SUPPLIED MATERIAL section start

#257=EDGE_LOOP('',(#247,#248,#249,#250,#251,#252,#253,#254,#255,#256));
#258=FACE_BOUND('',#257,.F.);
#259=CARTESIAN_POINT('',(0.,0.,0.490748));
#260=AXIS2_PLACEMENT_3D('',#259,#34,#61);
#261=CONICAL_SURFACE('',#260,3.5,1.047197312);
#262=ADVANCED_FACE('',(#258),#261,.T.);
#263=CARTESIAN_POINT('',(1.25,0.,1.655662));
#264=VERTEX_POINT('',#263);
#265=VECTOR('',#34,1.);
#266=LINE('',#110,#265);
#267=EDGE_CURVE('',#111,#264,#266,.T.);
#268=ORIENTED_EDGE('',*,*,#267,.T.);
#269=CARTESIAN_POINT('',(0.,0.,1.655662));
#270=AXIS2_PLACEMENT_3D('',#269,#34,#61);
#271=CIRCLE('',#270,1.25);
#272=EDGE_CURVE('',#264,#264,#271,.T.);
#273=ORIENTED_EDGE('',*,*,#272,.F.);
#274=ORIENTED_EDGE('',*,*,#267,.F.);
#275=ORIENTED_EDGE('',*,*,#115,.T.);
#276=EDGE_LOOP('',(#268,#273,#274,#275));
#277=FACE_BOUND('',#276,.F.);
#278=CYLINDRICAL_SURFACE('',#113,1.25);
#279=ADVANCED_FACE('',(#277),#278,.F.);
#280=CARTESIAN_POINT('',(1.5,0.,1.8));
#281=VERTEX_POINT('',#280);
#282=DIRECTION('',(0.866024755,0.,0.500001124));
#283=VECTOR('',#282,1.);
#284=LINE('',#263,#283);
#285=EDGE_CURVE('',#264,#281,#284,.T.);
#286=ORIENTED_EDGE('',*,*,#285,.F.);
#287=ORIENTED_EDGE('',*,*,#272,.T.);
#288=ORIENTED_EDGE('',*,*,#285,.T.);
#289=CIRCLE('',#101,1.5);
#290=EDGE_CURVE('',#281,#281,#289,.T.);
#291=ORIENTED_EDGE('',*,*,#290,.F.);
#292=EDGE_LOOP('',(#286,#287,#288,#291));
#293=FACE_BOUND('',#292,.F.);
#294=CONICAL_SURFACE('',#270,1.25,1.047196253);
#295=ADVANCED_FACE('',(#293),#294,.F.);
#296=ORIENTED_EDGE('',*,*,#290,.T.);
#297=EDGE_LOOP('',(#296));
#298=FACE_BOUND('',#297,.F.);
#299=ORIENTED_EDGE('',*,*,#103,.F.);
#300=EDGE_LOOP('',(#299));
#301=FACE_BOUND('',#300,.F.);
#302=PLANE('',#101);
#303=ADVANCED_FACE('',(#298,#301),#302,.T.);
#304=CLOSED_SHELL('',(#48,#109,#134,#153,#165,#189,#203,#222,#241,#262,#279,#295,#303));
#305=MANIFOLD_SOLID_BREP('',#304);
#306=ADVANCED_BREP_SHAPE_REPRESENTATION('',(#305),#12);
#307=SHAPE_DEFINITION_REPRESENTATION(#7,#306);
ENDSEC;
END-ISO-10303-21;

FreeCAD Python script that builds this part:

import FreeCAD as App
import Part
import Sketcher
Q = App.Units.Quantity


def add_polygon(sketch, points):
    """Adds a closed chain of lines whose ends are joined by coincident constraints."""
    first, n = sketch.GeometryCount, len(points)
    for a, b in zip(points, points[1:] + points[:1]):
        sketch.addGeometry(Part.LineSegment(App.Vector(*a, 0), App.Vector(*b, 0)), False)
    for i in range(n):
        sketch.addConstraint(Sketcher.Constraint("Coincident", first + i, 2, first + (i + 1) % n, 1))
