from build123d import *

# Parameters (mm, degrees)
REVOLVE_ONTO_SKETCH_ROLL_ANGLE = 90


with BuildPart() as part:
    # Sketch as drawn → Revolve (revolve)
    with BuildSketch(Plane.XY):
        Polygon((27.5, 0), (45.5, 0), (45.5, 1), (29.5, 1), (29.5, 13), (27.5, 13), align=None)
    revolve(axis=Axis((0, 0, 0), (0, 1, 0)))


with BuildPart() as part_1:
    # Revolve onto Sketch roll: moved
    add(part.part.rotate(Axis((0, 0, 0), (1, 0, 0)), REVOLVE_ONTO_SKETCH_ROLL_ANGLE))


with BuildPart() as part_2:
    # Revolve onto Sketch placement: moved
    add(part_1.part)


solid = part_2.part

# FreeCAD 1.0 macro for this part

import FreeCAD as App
import Part
import Sketcher

V = App.Vector
Q = App.Units.Quantity

doc = App.newDocument("Part")
params = doc.addObject("Spreadsheet::Sheet", "Params")
for row, (alias, value) in enumerate([
    ("sketch1_width", "18 mm"),
    ("sketch1_width2", "16 mm"),
    ("sketch1_height", "1 mm"),
    ("sketch1_height2", "12 mm"),
    ("revolution_angle", "360 deg"),
], start=1):
    params.set(f"A{row}", alias)
    params.set(f"B{row}", "=" + value)
    params.setAlias(f"B{row}", alias)

body = doc.addObject("PartDesign::Body", "Body")

# Sketch on XY plane
sketch1 = body.newObject("Sketcher::SketchObject", "Sketch")
sketch1.AttachmentSupport = (doc.getObject("XY_Plane"), [""])
sketch1.MapMode = "FlatFace"
sketch1.addGeometry(Part.LineSegment(V(27.5, 0, 0), V(45.5, 0, 0)), False)
sketch1.addGeometry(Part.LineSegment(V(45.5, 0, 0), V(45.5, 1, 0)), False)
sketch1.addGeometry(Part.LineSegment(V(45.5, 1, 0), V(29.5, 1, 0)), False)
sketch1.addGeometry(Part.LineSegment(V(29.5, 1, 0), V(29.5, 13, 0)), False)
sketch1.addGeometry(Part.LineSegment(V(29.5, 13, 0), V(27.5, 13, 0)), False)
sketch1.addGeometry(Part.LineSegment(V(27.5, 13, 0), V(27.5, 0, 0)), False)
sketch1.addConstraint(Sketcher.Constraint("Coincident", 0, 2, 1, 1))
sketch1.addConstraint(Sketcher.Constraint("Coincident", 1, 2, 2, 1))
sketch1.addConstraint(Sketcher.Constraint("Coincident", 2, 2, 3, 1))
sketch1.addConstraint(Sketcher.Constraint("Coincident", 3, 2, 4, 1))
sketch1.addConstraint(Sketcher.Constraint("Coincident", 4, 2, 5, 1))
sketch1.addConstraint(Sketcher.Constraint("Coincident", 5, 2, 0, 1))
sketch1.addConstraint(Sketcher.Constraint("Horizontal", 0))
sketch1.addConstraint(Sketcher.Constraint("Vertical", 1))
sketch1.addConstraint(Sketcher.Constraint("Horizontal", 2))
sketch1.addConstraint(Sketcher.Constraint("Vertical", 3))
sketch1.addConstraint(Sketcher.Constraint("Horizontal", 4))
sketch1.addConstraint(Sketcher.Constraint("Vertical", 5))
sketch1.addConstraint(Sketcher.Constraint("PointOnObject", 0, 2, -1))
sketch1.addConstraint(Sketcher.Constraint("DistanceX", 0, 1, 0, 2, Q("18 mm")))
sketch1.addConstraint(Sketcher.Constraint("DistanceX", 2, 2, 2, 1, Q("16 mm")))
sketch1.addConstraint(Sketcher.Constraint("DistanceY", 1, 1, 1, 2, Q("1 mm")))
sketch1.addConstraint(Sketcher.Constraint("DistanceY", 3, 1, 3, 2, Q("12 mm")))
sketch1.addConstraint(Sketcher.Constraint("DistanceX", -1, 1, 0, 2, Q("45.5 mm")))
sketch1.setExpression("Constraints[13]", "Params.sketch1_width")
sketch1.setExpression("Constraints[14]", "Params.sketch1_width2")
sketch1.setExpression("Constraints[15]", "Params.sketch1_height")
sketch1.setExpression("Constraints[16]", "Params.sketch1_height2")
revolution = body.newObject("PartDesign::Revolution", "Revolution")
revolution.Profile = sketch1
revolution.ReferenceAxis = (sketch1, ["V_Axis"])
revolution.setExpression("Angle", "Params.revolution_angle")
body2 = doc.addObject("PartDesign::Body", "Body001")
doc.recompute()

body.Placement = App.Placement(V(0, 0, 0), App.Rotation(V(1, 0, 0), 90))
boolean = body2.newObject("PartDesign::Boolean", "Boolean")
boolean.Type = "Fuse"
boolean.addObjects([body])

doc.recompute()
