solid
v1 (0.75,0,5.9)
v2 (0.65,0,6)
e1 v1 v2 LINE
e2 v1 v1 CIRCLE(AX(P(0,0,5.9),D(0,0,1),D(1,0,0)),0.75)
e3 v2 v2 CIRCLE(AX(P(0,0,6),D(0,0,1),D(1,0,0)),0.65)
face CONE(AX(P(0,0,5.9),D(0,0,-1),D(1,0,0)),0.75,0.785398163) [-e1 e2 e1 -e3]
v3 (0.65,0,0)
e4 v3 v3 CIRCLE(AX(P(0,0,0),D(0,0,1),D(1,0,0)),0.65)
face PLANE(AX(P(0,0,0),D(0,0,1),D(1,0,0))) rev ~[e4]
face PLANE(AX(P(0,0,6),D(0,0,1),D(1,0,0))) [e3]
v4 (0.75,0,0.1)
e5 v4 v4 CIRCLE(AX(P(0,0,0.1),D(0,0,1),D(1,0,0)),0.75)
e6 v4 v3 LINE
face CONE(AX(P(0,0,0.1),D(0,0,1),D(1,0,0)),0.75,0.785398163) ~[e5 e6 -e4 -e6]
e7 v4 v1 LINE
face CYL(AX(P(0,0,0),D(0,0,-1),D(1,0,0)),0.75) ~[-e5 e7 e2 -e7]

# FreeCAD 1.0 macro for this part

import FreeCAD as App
import Part
import Sketcher
Q = App.Units.Quantity


def edges_at(feature, points):
    """Names of the edges that pass closest to the given points."""
    edges = feature.Shape.Edges
    near = lambda p: min(range(len(edges)), key=lambda i: edges[i].distToShape(Part.Vertex(*p))[0])
    return sorted({f"Edge{near(p) + 1}" for p in points})

doc = App.newDocument("Part")
body = doc.addObject("PartDesign::Body", "Body")

# Sketch on XY plane
sketch1 = doc.addObject("Sketcher::SketchObject", "Sketch")
body.addObject(sketch1)
sketch1.AttachmentSupport = (doc.XY_Plane, [""])
sketch1.MapMode = "FlatFace"
sketch1.addGeometry(Part.Circle(App.Vector(0, 0, 0), App.Vector(0, 0, 1), 0.8), False)
sketch1.addConstraint([
    Sketcher.Constraint("Coincident", 0, 3, -1, 1),
    Sketcher.Constraint("Diameter", 0, Q("1.5 mm")),
])
pad1 = doc.addObject("PartDesign::Pad", "Pad")
body.addObject(pad1)
pad1.Profile = sketch1
pad1.Length = 6
doc.recompute()

chamfer = doc.addObject("PartDesign::Chamfer", "Chamfer")
body.addObject(chamfer)
chamfer.Base = (pad1, edges_at(pad1, [(-0.75, 0, 6), (-0.75, 0, 0)]))
chamfer.Size = 0.1

doc.recompute()
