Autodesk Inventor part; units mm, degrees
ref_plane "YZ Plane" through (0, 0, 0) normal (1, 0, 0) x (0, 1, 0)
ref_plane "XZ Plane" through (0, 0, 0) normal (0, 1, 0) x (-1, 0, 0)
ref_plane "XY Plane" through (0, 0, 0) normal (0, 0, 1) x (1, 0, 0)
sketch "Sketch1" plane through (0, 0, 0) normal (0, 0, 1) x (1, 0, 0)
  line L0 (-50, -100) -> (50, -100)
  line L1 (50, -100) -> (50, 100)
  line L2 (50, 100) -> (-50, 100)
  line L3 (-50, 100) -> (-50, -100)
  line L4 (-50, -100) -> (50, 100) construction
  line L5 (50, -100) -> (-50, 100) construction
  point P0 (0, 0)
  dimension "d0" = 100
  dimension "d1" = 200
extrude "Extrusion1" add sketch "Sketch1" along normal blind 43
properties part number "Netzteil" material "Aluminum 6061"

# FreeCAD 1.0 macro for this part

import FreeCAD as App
import Part
import Sketcher

doc = App.newDocument("Part")
body = doc.addObject("PartDesign::Body", "Body")

# Sketch on XY plane
sketch1 = body.newObject("Sketcher::SketchObject", "Sketch")
sketch1.AttachmentSupport = (doc.getObject("XY_Plane"), [""])
sketch1.MapMode = "FlatFace"
sketch1.addGeometry(Part.LineSegment(App.Vector(-50, 100, 0), App.Vector(-50, -100, 0)), False)
sketch1.addGeometry(Part.LineSegment(App.Vector(-50, -100, 0), App.Vector(50, -100, 0)), False)
sketch1.addGeometry(Part.LineSegment(App.Vector(50, -100, 0), App.Vector(50, 100, 0)), False)
sketch1.addGeometry(Part.LineSegment(App.Vector(50, 100, 0), App.Vector(-50, 100, 0)), False)
sketch1.addConstraint(Sketcher.Constraint("Coincident", 0, 2, 1, 1))
sketch1.addConstraint(Sketcher.Constraint("Coincident", 1, 2, 2, 1))
sketch1.addConstraint(Sketcher.Constraint("Coincident", 2, 2, 3, 1))
sketch1.addConstraint(Sketcher.Constraint("Coincident", 3, 2, 0, 1))
sketch1.addConstraint(Sketcher.Constraint("Vertical", 0))
sketch1.addConstraint(Sketcher.Constraint("Horizontal", 1))
sketch1.addConstraint(Sketcher.Constraint("Vertical", 2))
sketch1.addConstraint(Sketcher.Constraint("Horizontal", 3))
sketch1.addConstraint(Sketcher.Constraint("Symmetric", 0, 2, 2, 2, -1, 1))
sketch1.addConstraint(Sketcher.Constraint("DistanceX", 1, 1, 1, 2, 100.0))
sketch1.addConstraint(Sketcher.Constraint("DistanceY", 0, 2, 0, 1, 200.0))
pad1 = body.newObject("PartDesign::Pad", "Pad")
pad1.Profile = sketch1
pad1.Length = 43

doc.recompute()
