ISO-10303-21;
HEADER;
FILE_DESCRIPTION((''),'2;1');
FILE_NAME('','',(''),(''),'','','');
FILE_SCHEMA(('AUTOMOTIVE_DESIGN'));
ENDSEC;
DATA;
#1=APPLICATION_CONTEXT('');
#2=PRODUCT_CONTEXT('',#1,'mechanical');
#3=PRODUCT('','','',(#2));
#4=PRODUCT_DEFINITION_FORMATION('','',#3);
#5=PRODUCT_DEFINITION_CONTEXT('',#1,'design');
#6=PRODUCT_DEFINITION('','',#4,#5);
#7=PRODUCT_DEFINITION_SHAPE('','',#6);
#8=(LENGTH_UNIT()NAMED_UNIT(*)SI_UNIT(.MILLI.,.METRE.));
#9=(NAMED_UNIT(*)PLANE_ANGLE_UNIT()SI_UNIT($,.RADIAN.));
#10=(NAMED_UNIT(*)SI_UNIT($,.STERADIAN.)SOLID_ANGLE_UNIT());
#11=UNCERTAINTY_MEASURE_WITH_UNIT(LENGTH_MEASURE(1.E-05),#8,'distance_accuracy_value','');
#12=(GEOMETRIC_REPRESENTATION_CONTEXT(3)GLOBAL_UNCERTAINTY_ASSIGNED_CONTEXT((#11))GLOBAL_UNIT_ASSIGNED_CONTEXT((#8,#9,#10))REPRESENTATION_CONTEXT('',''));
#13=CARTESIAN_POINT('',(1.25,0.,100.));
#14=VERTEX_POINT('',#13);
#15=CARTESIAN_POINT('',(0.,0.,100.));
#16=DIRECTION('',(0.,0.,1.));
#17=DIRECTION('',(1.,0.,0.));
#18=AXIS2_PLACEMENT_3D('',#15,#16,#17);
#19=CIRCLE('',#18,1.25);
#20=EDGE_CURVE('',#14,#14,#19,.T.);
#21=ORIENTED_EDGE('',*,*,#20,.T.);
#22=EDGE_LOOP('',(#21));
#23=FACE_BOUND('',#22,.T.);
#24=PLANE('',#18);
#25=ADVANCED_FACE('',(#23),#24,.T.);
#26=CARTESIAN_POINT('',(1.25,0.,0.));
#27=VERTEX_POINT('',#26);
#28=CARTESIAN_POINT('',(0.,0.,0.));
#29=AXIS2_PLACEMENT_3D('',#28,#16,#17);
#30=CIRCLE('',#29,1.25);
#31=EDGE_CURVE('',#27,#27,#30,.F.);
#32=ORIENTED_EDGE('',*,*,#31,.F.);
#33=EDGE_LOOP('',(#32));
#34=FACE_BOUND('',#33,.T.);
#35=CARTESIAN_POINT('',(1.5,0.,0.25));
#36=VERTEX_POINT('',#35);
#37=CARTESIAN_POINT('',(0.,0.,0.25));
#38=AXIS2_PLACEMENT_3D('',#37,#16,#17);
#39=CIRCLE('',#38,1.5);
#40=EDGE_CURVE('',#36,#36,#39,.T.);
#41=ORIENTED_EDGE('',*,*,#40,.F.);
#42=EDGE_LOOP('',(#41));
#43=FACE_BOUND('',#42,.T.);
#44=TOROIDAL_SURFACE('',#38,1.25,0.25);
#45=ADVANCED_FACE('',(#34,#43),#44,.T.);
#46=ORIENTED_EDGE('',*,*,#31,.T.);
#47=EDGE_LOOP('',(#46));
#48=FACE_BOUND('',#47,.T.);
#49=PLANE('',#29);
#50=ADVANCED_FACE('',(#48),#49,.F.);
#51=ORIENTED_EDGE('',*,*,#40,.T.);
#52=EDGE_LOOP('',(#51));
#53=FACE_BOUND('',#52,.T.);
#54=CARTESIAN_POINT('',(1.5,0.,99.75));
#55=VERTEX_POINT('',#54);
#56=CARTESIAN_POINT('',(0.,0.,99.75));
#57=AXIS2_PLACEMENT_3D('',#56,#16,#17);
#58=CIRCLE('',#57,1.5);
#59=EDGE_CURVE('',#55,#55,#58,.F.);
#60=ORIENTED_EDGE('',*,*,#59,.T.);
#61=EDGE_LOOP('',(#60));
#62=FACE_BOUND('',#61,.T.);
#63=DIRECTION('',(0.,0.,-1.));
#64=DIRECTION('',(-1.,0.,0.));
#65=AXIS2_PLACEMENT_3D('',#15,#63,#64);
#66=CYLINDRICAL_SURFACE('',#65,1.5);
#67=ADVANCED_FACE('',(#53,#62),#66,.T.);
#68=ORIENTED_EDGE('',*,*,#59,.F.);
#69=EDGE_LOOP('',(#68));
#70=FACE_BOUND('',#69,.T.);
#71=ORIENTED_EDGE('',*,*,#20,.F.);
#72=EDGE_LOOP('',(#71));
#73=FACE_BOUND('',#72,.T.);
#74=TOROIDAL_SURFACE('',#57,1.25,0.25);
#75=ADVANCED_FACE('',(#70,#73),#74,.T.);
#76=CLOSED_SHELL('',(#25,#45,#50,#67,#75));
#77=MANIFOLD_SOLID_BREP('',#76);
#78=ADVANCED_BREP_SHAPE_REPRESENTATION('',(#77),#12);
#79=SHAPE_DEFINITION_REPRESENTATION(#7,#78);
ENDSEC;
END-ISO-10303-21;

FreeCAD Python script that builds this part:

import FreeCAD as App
import Part
import Sketcher

V = App.Vector


def edges_at(feature, points):
    """Names of the edges that pass closest to the given points."""
    edges = feature.Shape.Edges
    near = lambda p: min(range(len(edges)), key=lambda i: edges[i].distToShape(Part.Vertex(*p))[0])
    return sorted({f"Edge{near(p) + 1}" for p in points})

doc = App.newDocument("Part")
params = doc.addObject("Spreadsheet::Sheet", "Params")
for row, (alias, value) in enumerate([
    ("sketch1_diameter", "3 mm"),
    ("pad1_length", "100 mm"),
    ("fillet_radius", "0.25 mm"),
], start=1):
    params.set(f"A{row}", alias)
    params.set(f"B{row}", "=" + value)
    params.setAlias(f"B{row}", alias)

body = doc.addObject("PartDesign::Body", "Body")

# Sketch on XY plane
sketch1 = body.newObject("Sketcher::SketchObject", "Sketch")
sketch1.AttachmentSupport = (doc.getObject("XY_Plane"), [""])
sketch1.MapMode = "FlatFace"
sketch1.addGeometry(Part.Circle(V(0, 0, 0), V(0, 0, 1), 1.5), False)
sketch1.addConstraint([
    Sketcher.Constraint("Coincident", 0, 3, -1, 1),
    Sketcher.Constraint("Diameter", 0, 3.0),
])
sketch1.setExpression("Constraints[1]", "Params.sketch1_diameter")
pad1 = body.newObject("PartDesign::Pad", "Pad")
pad1.Profile = sketch1
pad1.setExpression("Length", "Params.pad1_length")
doc.recompute()

fillet = body.newObject("PartDesign::Fillet", "Fillet")
fillet.Base = (pad1, edges_at(pad1, [(-1.5, 0, 0), (-1.5, 0, 100)]))
fillet.setExpression("Radius", "Params.fillet_radius")

doc.recompute()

SUPPLIED MATERIAL section end

# WHAT TO WORK ON
Among the records above, repeat exactly the line with "#38=AXIS2_PLACEMENT_3D('',#37,#16,#17);", the line with "#47=EDGE_LOOP('',(#46));", and every line in between, and only those.

# TASK RESPONSE
#38=AXIS2_PLACEMENT_3D('',#37,#16,#17);
#39=CIRCLE('',#38,1.5);
#40=EDGE_CURVE('',#36,#36,#39,.T.);
#41=ORIENTED_EDGE('',*,*,#40,.F.);
#42=EDGE_LOOP('',(#41));
#43=FACE_BOUND('',#42,.T.);
#44=TOROIDAL_SURFACE('',#38,1.25,0.25);
#45=ADVANCED_FACE('',(#34,#43),#44,.T.);
#46=ORIENTED_EDGE('',*,*,#31,.T.);
#47=EDGE_LOOP('',(#46));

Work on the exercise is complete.